Either make a few cuts so it slips in, or buy a crimping tool and crimp it more aggressively. But a crimping tool isn't cheap, think I paid close to $70 for mine.


----------



## turnkey4099 (Nov 17, 2012)

Somesawguy said:


> I have an old insert that I use for a wood stove. Now I know why I had it hooked up the way it was.
> 
> I don't seem to be able to find a pipe that will fit inside the outlet.
> 
> ...



That is common with old stoves. Why they did it that way is a puzzle. Someone else suggested recrimping. You might be able to borrow a crimping tool from your local HVAC outfit. You _can_ recrimp using a big nail and a BFH (Big ****** Hammer) and a wood block with a grove in it. Not fun but it is the true red-neck way . BTDT.

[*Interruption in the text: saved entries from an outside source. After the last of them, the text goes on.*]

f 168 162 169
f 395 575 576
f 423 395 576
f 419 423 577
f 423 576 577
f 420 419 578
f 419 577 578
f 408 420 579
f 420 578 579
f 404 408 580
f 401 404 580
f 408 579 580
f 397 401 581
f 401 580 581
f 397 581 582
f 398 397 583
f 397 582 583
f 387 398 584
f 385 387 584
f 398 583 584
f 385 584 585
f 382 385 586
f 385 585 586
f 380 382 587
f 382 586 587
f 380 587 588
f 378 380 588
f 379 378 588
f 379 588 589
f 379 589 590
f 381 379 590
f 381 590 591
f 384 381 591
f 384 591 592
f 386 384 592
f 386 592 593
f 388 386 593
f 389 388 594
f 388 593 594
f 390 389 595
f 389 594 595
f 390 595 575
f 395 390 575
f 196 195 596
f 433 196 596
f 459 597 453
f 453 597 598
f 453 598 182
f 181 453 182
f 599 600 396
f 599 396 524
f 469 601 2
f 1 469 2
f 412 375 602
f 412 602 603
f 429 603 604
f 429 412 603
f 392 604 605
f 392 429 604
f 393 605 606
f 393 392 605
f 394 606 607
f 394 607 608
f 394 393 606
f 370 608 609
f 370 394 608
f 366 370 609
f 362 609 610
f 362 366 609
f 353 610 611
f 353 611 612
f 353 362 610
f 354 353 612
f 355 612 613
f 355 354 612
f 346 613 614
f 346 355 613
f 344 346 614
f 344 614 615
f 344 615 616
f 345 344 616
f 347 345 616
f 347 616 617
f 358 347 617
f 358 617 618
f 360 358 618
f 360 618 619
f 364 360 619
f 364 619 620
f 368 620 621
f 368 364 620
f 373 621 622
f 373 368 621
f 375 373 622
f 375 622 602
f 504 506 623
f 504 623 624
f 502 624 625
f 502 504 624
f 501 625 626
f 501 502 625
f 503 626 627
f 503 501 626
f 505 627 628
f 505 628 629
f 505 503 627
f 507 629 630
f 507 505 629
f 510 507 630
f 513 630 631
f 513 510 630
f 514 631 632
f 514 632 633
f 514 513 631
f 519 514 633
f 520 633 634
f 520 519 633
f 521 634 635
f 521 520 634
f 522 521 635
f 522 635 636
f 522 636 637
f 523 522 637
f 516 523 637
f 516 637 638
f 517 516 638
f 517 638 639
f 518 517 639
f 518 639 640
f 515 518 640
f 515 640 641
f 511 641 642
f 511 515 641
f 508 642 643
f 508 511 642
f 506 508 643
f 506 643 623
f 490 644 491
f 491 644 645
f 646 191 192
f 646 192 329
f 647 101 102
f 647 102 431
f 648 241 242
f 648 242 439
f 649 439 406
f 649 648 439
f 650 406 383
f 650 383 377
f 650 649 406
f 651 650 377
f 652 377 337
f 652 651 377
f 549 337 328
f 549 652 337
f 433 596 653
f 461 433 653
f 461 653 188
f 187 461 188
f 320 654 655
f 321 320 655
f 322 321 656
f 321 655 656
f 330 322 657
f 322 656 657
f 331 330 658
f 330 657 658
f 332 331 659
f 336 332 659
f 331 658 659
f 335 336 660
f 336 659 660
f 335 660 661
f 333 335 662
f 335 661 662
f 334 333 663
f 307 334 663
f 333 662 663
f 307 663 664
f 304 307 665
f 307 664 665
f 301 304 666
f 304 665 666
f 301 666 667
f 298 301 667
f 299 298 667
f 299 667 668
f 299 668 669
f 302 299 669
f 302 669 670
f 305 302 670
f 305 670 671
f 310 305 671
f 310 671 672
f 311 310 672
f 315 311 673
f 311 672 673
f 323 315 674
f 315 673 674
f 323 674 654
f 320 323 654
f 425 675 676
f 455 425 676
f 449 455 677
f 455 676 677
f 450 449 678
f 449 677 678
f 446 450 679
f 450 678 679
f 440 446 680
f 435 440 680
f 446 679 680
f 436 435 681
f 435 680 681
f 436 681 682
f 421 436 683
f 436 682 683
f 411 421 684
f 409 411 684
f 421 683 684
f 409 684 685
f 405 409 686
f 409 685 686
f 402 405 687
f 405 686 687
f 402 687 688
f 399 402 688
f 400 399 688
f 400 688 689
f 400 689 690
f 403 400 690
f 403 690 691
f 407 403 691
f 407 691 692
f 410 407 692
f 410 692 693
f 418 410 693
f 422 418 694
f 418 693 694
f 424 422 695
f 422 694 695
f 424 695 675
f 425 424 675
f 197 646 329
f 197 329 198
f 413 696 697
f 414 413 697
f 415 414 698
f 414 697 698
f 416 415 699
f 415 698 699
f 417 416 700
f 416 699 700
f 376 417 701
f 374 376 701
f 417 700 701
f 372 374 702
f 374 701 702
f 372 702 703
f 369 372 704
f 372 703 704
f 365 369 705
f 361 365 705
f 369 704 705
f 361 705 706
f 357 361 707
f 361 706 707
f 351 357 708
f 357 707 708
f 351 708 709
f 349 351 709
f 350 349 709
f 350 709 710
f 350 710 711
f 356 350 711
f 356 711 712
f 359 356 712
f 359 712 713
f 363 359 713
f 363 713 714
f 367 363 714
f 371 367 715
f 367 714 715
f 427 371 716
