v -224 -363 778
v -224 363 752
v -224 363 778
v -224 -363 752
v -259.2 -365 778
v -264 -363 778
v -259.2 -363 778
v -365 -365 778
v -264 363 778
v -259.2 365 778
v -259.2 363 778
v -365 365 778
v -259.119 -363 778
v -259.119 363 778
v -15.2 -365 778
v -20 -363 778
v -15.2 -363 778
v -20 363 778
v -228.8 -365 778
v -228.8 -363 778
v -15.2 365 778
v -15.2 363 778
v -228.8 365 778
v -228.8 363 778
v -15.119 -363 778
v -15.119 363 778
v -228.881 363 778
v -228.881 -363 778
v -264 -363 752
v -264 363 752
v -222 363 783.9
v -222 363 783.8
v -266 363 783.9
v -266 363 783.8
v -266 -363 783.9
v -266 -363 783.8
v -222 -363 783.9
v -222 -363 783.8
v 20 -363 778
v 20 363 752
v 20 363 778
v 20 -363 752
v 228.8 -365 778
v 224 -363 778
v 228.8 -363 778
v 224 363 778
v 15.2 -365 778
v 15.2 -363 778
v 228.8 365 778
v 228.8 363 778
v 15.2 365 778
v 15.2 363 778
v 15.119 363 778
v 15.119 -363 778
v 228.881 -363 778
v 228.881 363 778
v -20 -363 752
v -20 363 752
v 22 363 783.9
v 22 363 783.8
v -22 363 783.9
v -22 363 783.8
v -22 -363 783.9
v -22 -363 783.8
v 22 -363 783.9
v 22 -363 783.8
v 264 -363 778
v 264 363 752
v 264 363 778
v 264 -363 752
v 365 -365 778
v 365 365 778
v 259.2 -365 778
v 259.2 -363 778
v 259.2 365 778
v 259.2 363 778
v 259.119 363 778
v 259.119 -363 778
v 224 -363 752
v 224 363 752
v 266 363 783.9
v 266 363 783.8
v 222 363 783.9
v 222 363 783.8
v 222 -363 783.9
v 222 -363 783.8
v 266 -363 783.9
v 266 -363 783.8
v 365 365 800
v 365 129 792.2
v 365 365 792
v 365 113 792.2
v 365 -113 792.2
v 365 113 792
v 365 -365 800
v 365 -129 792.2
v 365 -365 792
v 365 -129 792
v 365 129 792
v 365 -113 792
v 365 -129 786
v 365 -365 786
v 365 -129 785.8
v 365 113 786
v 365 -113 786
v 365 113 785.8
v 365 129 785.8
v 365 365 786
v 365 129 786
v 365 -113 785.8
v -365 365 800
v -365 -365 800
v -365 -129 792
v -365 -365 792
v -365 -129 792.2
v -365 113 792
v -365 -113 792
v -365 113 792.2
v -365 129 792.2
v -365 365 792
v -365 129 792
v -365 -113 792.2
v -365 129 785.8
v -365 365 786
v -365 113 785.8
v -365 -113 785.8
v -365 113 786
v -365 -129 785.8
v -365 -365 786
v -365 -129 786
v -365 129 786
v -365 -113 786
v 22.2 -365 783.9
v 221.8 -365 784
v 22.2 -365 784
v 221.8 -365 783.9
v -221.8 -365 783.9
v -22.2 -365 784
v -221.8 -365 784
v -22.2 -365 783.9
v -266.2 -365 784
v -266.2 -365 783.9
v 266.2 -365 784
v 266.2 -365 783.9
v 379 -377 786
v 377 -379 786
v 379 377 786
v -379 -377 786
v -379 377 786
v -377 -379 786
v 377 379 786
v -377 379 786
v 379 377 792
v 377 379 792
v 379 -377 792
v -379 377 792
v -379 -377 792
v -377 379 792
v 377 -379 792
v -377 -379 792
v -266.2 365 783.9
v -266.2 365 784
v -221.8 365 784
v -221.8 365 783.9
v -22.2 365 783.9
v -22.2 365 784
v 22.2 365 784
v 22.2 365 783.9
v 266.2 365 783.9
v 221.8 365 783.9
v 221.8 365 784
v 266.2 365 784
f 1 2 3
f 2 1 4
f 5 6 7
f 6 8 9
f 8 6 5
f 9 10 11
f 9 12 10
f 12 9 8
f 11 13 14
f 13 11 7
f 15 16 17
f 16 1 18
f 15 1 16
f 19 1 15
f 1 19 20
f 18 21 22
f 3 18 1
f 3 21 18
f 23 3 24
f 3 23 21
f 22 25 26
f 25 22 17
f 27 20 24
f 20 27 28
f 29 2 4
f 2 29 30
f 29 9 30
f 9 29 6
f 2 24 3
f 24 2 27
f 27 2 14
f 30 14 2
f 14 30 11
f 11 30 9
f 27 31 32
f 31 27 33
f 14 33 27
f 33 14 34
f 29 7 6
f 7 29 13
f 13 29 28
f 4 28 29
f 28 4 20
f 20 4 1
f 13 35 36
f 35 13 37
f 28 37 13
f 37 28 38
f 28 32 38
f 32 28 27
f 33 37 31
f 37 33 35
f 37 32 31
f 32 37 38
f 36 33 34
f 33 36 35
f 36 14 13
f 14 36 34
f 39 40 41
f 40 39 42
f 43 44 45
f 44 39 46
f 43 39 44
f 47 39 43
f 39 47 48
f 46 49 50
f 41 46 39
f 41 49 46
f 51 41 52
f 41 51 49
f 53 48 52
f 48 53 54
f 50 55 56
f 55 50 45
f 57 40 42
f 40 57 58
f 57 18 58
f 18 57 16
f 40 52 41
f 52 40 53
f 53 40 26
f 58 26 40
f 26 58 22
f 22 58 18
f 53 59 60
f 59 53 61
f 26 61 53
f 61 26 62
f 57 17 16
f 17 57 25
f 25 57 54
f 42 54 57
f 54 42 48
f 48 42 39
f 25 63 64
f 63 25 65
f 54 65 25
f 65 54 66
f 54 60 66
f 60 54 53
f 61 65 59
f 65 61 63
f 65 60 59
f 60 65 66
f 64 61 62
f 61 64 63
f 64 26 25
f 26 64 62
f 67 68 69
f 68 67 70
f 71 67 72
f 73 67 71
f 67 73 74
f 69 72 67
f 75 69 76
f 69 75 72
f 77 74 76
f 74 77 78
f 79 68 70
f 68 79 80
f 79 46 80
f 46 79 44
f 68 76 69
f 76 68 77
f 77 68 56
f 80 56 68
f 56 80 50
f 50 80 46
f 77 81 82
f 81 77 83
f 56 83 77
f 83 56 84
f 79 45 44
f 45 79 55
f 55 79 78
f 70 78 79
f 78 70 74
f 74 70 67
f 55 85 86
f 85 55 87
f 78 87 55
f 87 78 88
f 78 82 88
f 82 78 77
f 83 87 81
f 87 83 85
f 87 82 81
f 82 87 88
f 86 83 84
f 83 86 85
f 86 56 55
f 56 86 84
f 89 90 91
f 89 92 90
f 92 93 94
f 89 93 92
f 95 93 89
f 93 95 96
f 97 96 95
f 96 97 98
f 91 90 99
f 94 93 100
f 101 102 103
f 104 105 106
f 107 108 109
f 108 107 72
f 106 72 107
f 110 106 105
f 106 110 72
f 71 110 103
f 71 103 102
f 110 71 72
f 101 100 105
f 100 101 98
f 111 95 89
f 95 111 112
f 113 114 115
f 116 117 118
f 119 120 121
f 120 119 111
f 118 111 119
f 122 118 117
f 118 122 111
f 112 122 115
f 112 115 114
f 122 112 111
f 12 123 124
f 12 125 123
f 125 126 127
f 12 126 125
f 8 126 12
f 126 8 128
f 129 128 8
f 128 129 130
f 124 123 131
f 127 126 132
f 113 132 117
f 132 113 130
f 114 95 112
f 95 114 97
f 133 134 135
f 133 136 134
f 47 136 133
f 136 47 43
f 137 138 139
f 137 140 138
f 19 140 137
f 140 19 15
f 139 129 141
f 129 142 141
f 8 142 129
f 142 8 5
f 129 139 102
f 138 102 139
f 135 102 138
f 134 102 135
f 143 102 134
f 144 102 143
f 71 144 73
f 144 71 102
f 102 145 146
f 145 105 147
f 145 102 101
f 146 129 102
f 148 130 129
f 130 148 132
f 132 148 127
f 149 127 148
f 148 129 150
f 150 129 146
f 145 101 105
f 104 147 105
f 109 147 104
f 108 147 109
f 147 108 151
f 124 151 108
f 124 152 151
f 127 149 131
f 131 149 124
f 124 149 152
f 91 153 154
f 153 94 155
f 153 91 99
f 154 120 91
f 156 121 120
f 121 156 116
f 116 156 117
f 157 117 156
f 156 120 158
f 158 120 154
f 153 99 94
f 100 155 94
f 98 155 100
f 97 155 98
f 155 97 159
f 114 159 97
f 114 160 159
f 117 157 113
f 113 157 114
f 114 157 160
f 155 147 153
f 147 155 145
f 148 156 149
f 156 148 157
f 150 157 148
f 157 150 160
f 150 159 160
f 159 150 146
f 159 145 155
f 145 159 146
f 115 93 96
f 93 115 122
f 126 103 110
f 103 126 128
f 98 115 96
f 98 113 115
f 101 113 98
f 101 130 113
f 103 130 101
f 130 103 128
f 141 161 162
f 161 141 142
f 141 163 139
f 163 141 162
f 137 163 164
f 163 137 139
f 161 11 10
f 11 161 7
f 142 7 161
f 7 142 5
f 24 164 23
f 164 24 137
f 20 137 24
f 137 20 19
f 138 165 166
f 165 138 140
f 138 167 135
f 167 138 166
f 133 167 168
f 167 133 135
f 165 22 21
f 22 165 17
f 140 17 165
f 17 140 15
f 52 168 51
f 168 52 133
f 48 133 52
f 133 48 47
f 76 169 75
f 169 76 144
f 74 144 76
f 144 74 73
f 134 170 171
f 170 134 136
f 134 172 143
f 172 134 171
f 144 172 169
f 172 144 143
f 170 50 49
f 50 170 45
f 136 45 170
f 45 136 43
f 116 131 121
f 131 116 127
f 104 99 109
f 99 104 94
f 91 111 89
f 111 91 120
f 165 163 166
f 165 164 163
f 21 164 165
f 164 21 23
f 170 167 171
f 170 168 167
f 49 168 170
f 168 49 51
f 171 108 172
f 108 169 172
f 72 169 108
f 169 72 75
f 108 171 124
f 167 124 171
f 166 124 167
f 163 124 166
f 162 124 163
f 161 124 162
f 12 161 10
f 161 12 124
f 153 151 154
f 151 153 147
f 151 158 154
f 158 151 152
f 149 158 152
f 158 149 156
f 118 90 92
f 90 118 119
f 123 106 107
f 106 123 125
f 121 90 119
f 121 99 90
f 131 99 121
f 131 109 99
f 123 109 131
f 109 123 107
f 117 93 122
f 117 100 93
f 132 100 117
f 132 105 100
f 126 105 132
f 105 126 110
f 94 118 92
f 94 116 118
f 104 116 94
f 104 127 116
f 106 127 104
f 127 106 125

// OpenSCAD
// file: parts.scad
$fn=40;

// ---- 桌腿 ----

module leg(){
  difference(){
    union(){
      translate([390.000,390.000,0.000]) cube([60.000,60.000,750.000]);
      translate([400.000,400.000,750.000]) cube([40.000,40.000,20.000]);
    }
    // 牙板透榫槽（沿 +x，+y 侧牙板 A 端穿入）
    translate([389.000,426.800,699.800]) cube([62.000,14.400,40.400]);
    // 牙板闷榫槽（沿 +y，+x 侧牙板 B 端）
    translate([426.800,389.000,699.800]) cube([14.400,23.200,40.400]);
  }
}

// ---- 边框 ----

module rail(){
  difference(){
    union(){
      translate([0,0,750]) linear_extrude(height=50) polygon(points=[[-370,370],[370,370],[450.0,450.0],[-450.0,450.0]]);
      translate([420.607,399.393,779.0]) rotate([0,0,-45]) cube([34,40,10],center=true);
    }
    // 面板槽：全长开通至 45° 端面（角部两框的槽合起来成 L 形）
    translate([-450.000,370.000,785.800]) cube([900.000,14.000,6.400]);
    // 腿顶榫卯（两端各半，合起来 40x40x20）
    translate([399.800,399.800,750.000]) cube([40.400,40.400,20.400]);
    translate([-440.200,399.800,750.000]) cube([40.400,40.400,20.400]);
    // 格角暗榫卯
    translate([-398.545,421.455,779.0]) rotate([0,0,45]) cube([34.4,40.4,10.4],center=true);
    // 竹销孔：+x 端穿暗榫，-x 端穿本体
    translate([418,384,750]) cylinder(h=34,r=4.0,$fn=40);
    translate([-384,418,750]) cylinder(h=34,r=4.0,$fn=40);
  }
}

// ---- 牙板 ----

module apron(){
  difference(){
    union(){
      translate([-390.000,424.000,680.000]) cube([780.000,20.000,70.000]);
      // A 端：透榫（390..460）
      translate([390.000,427.000,700.000]) cube([70.000,14.000,40.000]);
      // B 端：闷榫（-412..-390）
      translate([-412.000,427.000,700.000]) cube([22.000,14.000,40.000]);
    }
    hull(){ translate([375.000,423.500,680.000]) cube([15.000,21.000,0.200]); translate([389.800,423.500,680.000]) cube([0.200,21.000,15.000]); }
    hull(){ translate([-390.000,423.500,680.000]) cube([15.000,21.000,0.200]); translate([-390.000,423.500,680.000]) cube([0.200,21.000,15.000]); }
    // 透榫楔槽（横槽，撑开榫头上下两片）
    translate([428.000,426.900,718.400]) cube([32.200,14.200,3.200]);
  }
}

// ---- 面板-边板 ----

module panel_outer(){
  difference(){
    union(){
      translate([-365.000,-365.000,778.000]) cube([730.000,244.000,22.000]);
      translate([0,0,786]) linear_extrude(height=6) polygon(points=[[-379,-121],[-379,-377],[-377,-379],[377,-379],[379,-377],[379,-121],[365,-121],[365,-365],[-365,-365],[-365,-121]]);
    }
    // 内侧龙凤榫槽（向板内 8 深：y -129..-121）
    translate([-365.000,-129.000,785.800]) cube([730.000,8.000,6.400]);
    // 穿带燕尾槽
    hull(){ translate([-259.200,-365.000,778.000]) cube([30.400,244.000,0.100]); translate([-266.200,-365.000,783.900]) cube([44.400,244.000,0.100]); }
    hull(){ translate([-15.200,-365.000,778.000]) cube([30.400,244.000,0.100]); translate([-22.200,-365.000,783.900]) cube([44.400,244.000,0.100]); }
    hull(){ translate([228.800,-365.000,778.000]) cube([30.400,244.000,0.100]); translate([221.800,-365.000,783.900]) cube([44.400,244.000,0.100]); }
  }
}

// ---- 面板-中板 ----

module panel_middle(){
  difference(){
    union(){
      translate([-365.000,-121.000,778.000]) cube([730.000,242.000,22.000]);
      translate([365.000,-121.000,786.000]) cube([14.000,242.000,6.000]);
      translate([-379.000,-121.000,786.000]) cube([14.000,242.000,6.000]);
    }
    // 两侧龙凤榫槽（各向板内 8 深）
    translate([-365.000,-121.000,785.800]) cube([730.000,8.000,6.400]);
    translate([-365.000,113.000,785.800]) cube([730.000,8.000,6.400]);
    hull(){ translate([-259.200,-121.000,778.000]) cube([30.400,242.000,0.100]); translate([-266.200,-121.000,783.900]) cube([44.400,242.000,0.100]); }
    hull(){ translate([-15.200,-121.000,778.000]) cube([30.400,242.000,0.100]); translate([-22.200,-121.000,783.900]) cube([44.400,242.000,0.100]); }
    hull(){ translate([228.800,-121.000,778.000]) cube([30.400,242.000,0.100]); translate([221.800,-121.000,783.900]) cube([44.400,242.000,0.100]); }
  }
}

// ---- 穿带 ----

module cleat(){
  union(){
    translate([-20.000,-363.000,752.000]) cube([40.000,726.000,26.000]);
    hull(){
      translate([-15.000,-363.000,777.900]) cube([30.000,726.000,0.050]);
      translate([-22.000,-363.000,783.800]) cube([44.000,726.000,0.100]);
    }
  }
}

// ---- 穿簧 ----
module spline(){ translate([-360.000,-7.800,786.100]) cube([720.000,15.600,5.800]); }
// ---- 木楔 ----
module wedge(){ hull(){ translate([435.000,427.400,719.400]) cube([1.000,13.200,1.200]); translate([467.000,427.400,718.500]) cube([1.000,13.200,3.000]); } }
// ---- 竹销 ----
module pin(){ translate([0,0,750]) cylinder(h=34,r=4.0,$fn=40); }
// main file
include <parts.scad>
color([0.62,0.44,0.26]) translate([-244,0,0]) rotate([0,0,0]) cleat();color([0.62,0.44,0.26]) translate([0,0,0]) rotate([0,0,0]) cleat();color([0.62,0.44,0.26]) translate([244,0,0]) rotate([0,0,0]) cleat();color([0.82,0.66,0.45]) translate([0,0,0]) rotate([0,0,0]) panel_outer();color([0.82,0.66,0.45]) translate([0,0,0]) rotate([0,0,180]) panel_outer();color([0.85,0.70,0.49]) translate([0,0,0]) rotate([0,0,0]) panel_middle();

Another option is to get a a short section of pipe crimped on both ends. Most stores sellin stove pipe have to tool to make one for you. Still leaves the joint at the stove backwards but at least the rest of the stack is the right way.

Harry K


----------



## cmsmoke (Nov 17, 2012)

I'm seeing about a 6-1/4" inside diameter. I just measured some pieces of 6". It goes anywhere from exactly 6" to almost 6-1/8. Why don't you get a short piece of 6" and cut a strip of sheet metal about 3" wide (So you can use a few screws or steel rivets above the stove outlet to hold it in place) and wrap it around as a shim. Add enough to get a good fit. Then use a 6" to 7" adapter to get you back up to your 7" size. 
If you decide to crimp it some more, I used down spout crimpers. They will do the job and don't cost that much, but it looks like you have a long way to go. I don't recommend it.


----------



## cmsmoke (Nov 17, 2012)

I'm sorry that inside diameter is 6-1/2". It should still work though.


----------



## zogger (Nov 17, 2012)

get a short piece, say six inches, cut down one if you have to to have a two female end piece, put tone end over that stove outlet, insert male end of pipe, use a big clamp around the base? maybe some stove cement with it, for a seal?

Similar situation here, here's how I did it. I only have a short run of pipe, my stove outlet looks like that, it sticks up and the male end won't go in, so, female end of pipe over that and that's it. I have male end up right into the wall outlet, it makes a lazy slightly sloping uphill almost 90.. Bricked up old fireplace, six inch and an eeny hole going to the chimney, last pipe sticks through into there, that's it. I know it is backwards from ideal, but it works OK and have never gotten any drips, etc from it.


----------



## stihly dan (Nov 17, 2012)

Thats the right path, a short piece of pipe not crimped at either end. Put it over the Collar. then take your next piece, crimped end stuffed into your first piece.


----------



## allstihl (Nov 17, 2012)

you need what i know as slip pipe .its sized to fit inside 7in pipe.


----------



## Ductape (Nov 17, 2012)

If it were mine I'd go to a sheetmetal (HVAC) shop and have them make me a 6 1/2 to 7 adapter out of something heavier than stovepipe.... that way it fits right, is permanent, and you can re-use it in the future when you replace aging stovepipe.


----------



## Somesawguy (Nov 19, 2012)

I ended up buying a cheap stove pipe crimper at Aubuchon hardware. It seemed to give me a bit more crimp to get it started. Then a little work with a piece of 2x4, and a big hammer seemed to get it it in good enough. I'll probably take a screwdriver or something on the inside to smooth up the edge a little once it's installed. 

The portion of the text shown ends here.